You may want to deploy your software into subscriptions owned by end customers. You can use templates to deploy distinct deployments into a customer’s Azure account.
These deployments use RBAC so you can update and manage the deployment within the customer’s account.
To advertise and sell your offerings through a marketplace, such as Azure Marketplace, you can develop templates to deliver distinct types of deployments that run in a customer’s Azure account. These distinct deployments can be typically described as a t-shirt size (small, medium, large), product/audience type (community, developer, enterprise), or feature type (basic, high availability). In some cases, these types allow you to specify certain attributes of the deployment, such as VM type or number of disks.

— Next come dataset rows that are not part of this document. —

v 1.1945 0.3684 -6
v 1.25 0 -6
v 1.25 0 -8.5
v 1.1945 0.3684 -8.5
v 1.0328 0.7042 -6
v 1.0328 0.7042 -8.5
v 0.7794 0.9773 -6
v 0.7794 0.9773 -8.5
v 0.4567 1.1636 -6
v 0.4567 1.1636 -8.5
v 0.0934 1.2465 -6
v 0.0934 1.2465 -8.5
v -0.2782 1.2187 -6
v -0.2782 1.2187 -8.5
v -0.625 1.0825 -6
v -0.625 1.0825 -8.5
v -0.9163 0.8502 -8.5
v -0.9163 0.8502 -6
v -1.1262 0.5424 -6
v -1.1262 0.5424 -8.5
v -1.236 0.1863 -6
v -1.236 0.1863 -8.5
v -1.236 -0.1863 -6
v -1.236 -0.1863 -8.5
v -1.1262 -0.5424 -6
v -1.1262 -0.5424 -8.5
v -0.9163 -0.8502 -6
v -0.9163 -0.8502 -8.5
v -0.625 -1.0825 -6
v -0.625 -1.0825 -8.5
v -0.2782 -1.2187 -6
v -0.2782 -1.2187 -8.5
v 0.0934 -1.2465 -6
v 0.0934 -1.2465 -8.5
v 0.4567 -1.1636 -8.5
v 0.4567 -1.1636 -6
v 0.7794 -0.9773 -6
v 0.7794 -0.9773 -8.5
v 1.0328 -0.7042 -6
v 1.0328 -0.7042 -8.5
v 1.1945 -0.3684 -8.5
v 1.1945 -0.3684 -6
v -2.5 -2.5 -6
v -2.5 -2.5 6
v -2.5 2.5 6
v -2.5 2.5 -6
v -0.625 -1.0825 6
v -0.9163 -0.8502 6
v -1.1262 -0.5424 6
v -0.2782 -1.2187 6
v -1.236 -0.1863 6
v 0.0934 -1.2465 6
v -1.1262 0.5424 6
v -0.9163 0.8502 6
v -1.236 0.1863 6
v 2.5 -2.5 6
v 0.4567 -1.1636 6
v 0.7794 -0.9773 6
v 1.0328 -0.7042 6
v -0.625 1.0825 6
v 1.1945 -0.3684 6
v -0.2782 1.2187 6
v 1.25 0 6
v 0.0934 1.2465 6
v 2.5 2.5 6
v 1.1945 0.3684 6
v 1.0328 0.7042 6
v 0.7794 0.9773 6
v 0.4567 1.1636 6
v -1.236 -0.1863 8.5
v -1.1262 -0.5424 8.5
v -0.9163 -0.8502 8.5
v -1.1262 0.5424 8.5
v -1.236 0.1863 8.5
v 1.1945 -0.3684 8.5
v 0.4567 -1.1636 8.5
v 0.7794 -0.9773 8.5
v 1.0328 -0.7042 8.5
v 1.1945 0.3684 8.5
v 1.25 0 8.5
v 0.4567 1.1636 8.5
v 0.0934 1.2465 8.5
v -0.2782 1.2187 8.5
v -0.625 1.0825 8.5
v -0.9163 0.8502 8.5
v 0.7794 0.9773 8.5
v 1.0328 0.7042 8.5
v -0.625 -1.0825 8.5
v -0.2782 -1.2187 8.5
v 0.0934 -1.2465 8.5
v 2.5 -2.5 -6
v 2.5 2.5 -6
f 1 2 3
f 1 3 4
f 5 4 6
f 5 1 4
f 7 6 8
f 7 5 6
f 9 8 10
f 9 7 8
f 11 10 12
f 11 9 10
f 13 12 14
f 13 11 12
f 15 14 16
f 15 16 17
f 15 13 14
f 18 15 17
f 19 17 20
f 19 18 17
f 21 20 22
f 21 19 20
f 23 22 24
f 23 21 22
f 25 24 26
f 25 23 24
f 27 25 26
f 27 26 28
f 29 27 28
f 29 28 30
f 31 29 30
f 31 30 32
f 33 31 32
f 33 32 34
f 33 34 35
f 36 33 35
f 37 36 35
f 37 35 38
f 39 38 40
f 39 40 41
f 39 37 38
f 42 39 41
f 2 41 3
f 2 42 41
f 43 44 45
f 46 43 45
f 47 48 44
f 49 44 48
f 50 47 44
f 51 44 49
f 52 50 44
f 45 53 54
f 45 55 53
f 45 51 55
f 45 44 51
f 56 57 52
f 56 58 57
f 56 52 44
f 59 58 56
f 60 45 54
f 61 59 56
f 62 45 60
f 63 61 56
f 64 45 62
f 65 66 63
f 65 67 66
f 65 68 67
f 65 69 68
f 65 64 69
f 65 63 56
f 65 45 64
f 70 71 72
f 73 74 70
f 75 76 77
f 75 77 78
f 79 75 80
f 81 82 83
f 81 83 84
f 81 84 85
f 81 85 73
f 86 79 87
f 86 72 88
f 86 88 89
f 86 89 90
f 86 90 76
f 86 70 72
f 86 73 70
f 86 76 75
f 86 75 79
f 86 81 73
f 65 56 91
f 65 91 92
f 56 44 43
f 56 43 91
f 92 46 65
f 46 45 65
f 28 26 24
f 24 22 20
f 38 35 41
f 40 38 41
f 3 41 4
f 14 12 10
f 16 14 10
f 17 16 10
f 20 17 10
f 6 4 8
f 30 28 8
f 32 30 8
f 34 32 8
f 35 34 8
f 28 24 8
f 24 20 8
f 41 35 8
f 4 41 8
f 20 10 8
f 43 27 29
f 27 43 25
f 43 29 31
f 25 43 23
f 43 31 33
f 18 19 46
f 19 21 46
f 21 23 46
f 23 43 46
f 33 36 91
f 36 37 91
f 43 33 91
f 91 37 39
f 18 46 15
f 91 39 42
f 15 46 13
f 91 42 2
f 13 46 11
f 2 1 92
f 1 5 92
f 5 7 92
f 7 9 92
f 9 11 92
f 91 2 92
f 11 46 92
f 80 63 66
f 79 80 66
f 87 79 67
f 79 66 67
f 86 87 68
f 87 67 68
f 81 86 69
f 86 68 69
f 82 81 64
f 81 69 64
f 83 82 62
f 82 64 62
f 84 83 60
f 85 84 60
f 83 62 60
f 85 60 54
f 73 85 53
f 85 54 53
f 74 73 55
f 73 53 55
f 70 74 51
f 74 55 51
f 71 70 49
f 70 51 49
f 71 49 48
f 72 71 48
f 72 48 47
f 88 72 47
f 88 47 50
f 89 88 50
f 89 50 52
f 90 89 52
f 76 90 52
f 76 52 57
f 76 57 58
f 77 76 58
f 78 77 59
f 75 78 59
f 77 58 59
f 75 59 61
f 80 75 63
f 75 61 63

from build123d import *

# Parameters (mm, degrees)
F0_W     = 5
F0_H     = 5
F1_DEPTH = 6
F2_R     = 1.25
F3_DEPTH = 2.5


with BuildPart() as f1:
    # F0 (on Top) → F1 (new body, symmetric)
    with BuildSketch(Plane.XY):
        Rectangle(F0_W, F0_H)
    extrude(amount=F1_DEPTH, both=True)

    # F2 (on face) → F3 (join)
    with BuildSketch(Plane.XY.offset(6)):
        Circle(F2_R)
    extrude(amount=F3_DEPTH)

    # F4: F1 across plane


with BuildPart() as f1_1:
    add(f1.part)
    add(f1.part.mirror(Plane.XY))


solid = f1_1.part
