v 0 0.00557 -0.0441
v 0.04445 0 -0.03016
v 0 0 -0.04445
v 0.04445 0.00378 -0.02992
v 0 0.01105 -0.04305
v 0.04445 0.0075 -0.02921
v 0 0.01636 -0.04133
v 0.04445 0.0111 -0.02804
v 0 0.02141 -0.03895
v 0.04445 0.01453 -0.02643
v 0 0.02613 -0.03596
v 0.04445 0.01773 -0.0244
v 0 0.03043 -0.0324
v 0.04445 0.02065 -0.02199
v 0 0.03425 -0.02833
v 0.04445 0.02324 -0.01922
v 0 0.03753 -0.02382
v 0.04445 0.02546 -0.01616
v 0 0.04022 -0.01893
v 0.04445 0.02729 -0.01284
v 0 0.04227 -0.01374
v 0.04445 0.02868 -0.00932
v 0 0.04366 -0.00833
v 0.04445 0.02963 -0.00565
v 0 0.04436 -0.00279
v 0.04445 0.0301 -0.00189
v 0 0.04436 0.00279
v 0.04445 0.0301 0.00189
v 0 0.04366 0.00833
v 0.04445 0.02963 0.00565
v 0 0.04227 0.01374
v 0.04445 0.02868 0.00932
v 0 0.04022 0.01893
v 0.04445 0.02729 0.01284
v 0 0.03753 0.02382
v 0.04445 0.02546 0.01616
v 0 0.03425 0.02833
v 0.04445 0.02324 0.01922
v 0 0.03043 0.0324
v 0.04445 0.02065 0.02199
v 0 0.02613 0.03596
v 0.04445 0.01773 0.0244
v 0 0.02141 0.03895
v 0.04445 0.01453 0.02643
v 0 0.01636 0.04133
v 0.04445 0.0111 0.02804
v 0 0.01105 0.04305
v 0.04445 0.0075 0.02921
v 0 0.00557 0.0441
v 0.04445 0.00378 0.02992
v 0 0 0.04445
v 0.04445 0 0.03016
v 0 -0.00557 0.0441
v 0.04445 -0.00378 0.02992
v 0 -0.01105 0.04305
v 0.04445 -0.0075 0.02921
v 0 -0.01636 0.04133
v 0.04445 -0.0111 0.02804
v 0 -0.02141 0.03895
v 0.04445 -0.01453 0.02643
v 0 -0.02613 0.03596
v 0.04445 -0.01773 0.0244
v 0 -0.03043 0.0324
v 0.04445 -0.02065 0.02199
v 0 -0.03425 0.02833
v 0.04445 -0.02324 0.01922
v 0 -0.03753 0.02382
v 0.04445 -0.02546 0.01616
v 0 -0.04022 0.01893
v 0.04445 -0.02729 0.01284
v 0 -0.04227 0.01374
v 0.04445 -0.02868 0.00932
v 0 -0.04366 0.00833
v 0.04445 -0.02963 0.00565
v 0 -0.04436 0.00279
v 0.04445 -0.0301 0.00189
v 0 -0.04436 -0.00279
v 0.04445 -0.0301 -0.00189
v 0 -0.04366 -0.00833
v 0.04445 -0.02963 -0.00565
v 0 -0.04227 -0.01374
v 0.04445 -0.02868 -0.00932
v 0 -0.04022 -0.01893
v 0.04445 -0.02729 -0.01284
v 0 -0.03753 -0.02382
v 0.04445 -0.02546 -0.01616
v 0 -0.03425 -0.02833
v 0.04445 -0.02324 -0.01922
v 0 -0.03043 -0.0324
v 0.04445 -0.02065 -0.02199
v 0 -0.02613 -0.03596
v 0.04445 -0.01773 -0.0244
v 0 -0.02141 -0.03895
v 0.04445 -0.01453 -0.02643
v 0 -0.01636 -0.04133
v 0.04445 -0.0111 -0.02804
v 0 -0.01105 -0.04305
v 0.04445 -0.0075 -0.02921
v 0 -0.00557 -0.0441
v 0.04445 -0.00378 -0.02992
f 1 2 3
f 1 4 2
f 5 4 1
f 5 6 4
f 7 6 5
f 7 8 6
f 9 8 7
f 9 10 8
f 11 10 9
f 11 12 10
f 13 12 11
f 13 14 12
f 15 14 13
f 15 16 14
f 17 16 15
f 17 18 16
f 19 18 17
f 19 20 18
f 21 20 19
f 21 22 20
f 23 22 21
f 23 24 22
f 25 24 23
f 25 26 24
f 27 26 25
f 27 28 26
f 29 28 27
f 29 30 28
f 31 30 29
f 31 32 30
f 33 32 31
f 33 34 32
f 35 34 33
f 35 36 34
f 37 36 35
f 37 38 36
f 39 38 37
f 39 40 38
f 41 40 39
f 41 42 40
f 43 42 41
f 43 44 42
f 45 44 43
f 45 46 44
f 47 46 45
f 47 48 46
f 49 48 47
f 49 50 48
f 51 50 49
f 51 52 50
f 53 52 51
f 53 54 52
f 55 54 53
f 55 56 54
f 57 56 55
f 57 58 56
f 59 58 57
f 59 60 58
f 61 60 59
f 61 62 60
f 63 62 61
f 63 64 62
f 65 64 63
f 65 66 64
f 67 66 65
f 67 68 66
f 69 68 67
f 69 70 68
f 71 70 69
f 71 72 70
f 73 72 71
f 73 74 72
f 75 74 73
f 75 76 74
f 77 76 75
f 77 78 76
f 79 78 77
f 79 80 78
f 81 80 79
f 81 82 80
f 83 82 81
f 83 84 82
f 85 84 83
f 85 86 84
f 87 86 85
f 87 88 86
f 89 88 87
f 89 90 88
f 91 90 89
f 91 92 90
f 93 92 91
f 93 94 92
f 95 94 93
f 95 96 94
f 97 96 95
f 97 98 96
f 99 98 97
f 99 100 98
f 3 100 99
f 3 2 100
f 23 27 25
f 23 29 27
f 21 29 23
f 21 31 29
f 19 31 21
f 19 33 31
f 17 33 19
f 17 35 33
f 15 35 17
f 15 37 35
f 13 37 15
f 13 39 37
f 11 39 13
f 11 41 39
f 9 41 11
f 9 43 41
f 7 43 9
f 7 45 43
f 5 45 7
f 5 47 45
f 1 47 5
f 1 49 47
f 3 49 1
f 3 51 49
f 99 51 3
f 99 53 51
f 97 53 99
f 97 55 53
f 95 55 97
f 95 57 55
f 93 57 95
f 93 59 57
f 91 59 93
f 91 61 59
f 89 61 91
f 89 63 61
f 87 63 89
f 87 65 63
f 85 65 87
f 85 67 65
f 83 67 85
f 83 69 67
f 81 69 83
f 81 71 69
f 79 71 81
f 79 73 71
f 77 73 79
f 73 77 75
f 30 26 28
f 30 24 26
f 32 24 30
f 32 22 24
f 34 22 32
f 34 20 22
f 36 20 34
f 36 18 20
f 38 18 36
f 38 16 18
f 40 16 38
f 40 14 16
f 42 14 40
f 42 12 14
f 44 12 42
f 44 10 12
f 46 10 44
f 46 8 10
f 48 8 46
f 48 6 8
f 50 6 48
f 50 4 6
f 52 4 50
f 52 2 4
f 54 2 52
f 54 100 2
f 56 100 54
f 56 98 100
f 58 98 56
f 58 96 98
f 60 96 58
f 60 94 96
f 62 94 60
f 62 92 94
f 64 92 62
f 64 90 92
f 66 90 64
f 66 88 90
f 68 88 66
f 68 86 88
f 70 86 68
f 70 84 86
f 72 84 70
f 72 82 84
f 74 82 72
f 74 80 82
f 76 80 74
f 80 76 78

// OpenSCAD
$fn=50;  // REMOVE
LENGTH = 0; // REMOVE
DO = 0.0889; // REMOVE
WALLTHICKNESS = 0.00391; // REMOVE
PARAM1 = 1.28; // REMOVE
PARAM2 = 0; // REMOVE
ANGLE_VERTICAL = 90; // REMOVE
ANGLE_AZIMUTHAL = 0; // REMOVE
ANGLE_AXIS = 0; // REMOVE
COORDS1_LOC = [0.0000,0.0000,0.0000]; // REMOVE
C1_DO = 0.0889; // REMOVE
C1_ANGLE_VERTICAL = 90; // REMOVE
C1_ANGLE_AZIMUTHAL = 0; // REMOVE
C1_ANGLE_AXIS = 0; // REMOVE
C2_DO = 0.06032; // REMOVE
C2_ANGLE_VERTICAL = 90; // REMOVE
C2_ANGLE_AZIMUTHAL = 0; // REMOVE
C2_ANGLE_AXIS = 0; // REMOVE
//rotate([(C1_ANGLE_AXIS),-1*(C1_ANGLE_VERTICAL),-1*(C1_ANGLE_AZIMUTHAL)])
rotate([0, 90, 0])
translate([0, 0, ((C1_DO)>(C2_DO))?(C1_DO)/4:-(C2_DO)/4])
cylinder(h = max((C1_DO),(C2_DO))/2, r1 = (C1_DO)/2, r2 = (C2_DO)/2, center = true);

Within open source projects, Resource Manager templates enable a community to deploy a solution quickly using proven practices. You can store templates in a GitHub repository so the community can revise them over time. Users deploy these templates in their own Azure subscriptions.
The following sections identify the things you need to consider before designing your solution.
As you design your template, it’s helpful to look at the requirements in terms of what's outside and inside the virtual machines (VMs):
- Outside means the VMs and other resources of your deployment, such as the network topology, tagging, references to the certs/secrets, and role-based access control. All these resources are part of your template.
- Inside means the installed software and overall desired state configuration. Other mechanisms, such as VM extensions or scripts, are used in whole or in part. These mechanisms may be identified and executed by the template but aren’t in it.
Common examples of activities you would do “inside the box” include -
- Install or remove server roles and features
- Install and configure software at the node or cluster level
- Deploy websites on a web server
- Deploy database schemas
- Manage registry or other types of configuration settings
- Manage files and directories
- Start, stop, and manage processes and services
- Manage local groups and user accounts
- Install and manage packages (.msi, .exe, yum, etc.)
- Manage environment variables
- Run native scripts (Windows PowerShell, bash, etc.)
Thinking about the internal state of your VMs beyond deployment, you want to make sure this deployment doesn’t "drift" from the configuration that you have defined and checked into source control. This approach ensures your developers or operations staff don’t make ad-hoc changes to an environment that are not vetted, tested, or recorded in source control. This control is important, because the manual changes are not in source control. They are also not part of the standard deployment and will impact future automated deployments of the software.
Beyond your internal employees, desired state configuration is also important from a security perspective. Hackers are regularly trying to compromise and exploit software systems. When successful, it's common to install files and otherwise change the state of a compromised system. Using desired state configuration, you can identify deltas between the desired and actual state and restore a known configuration.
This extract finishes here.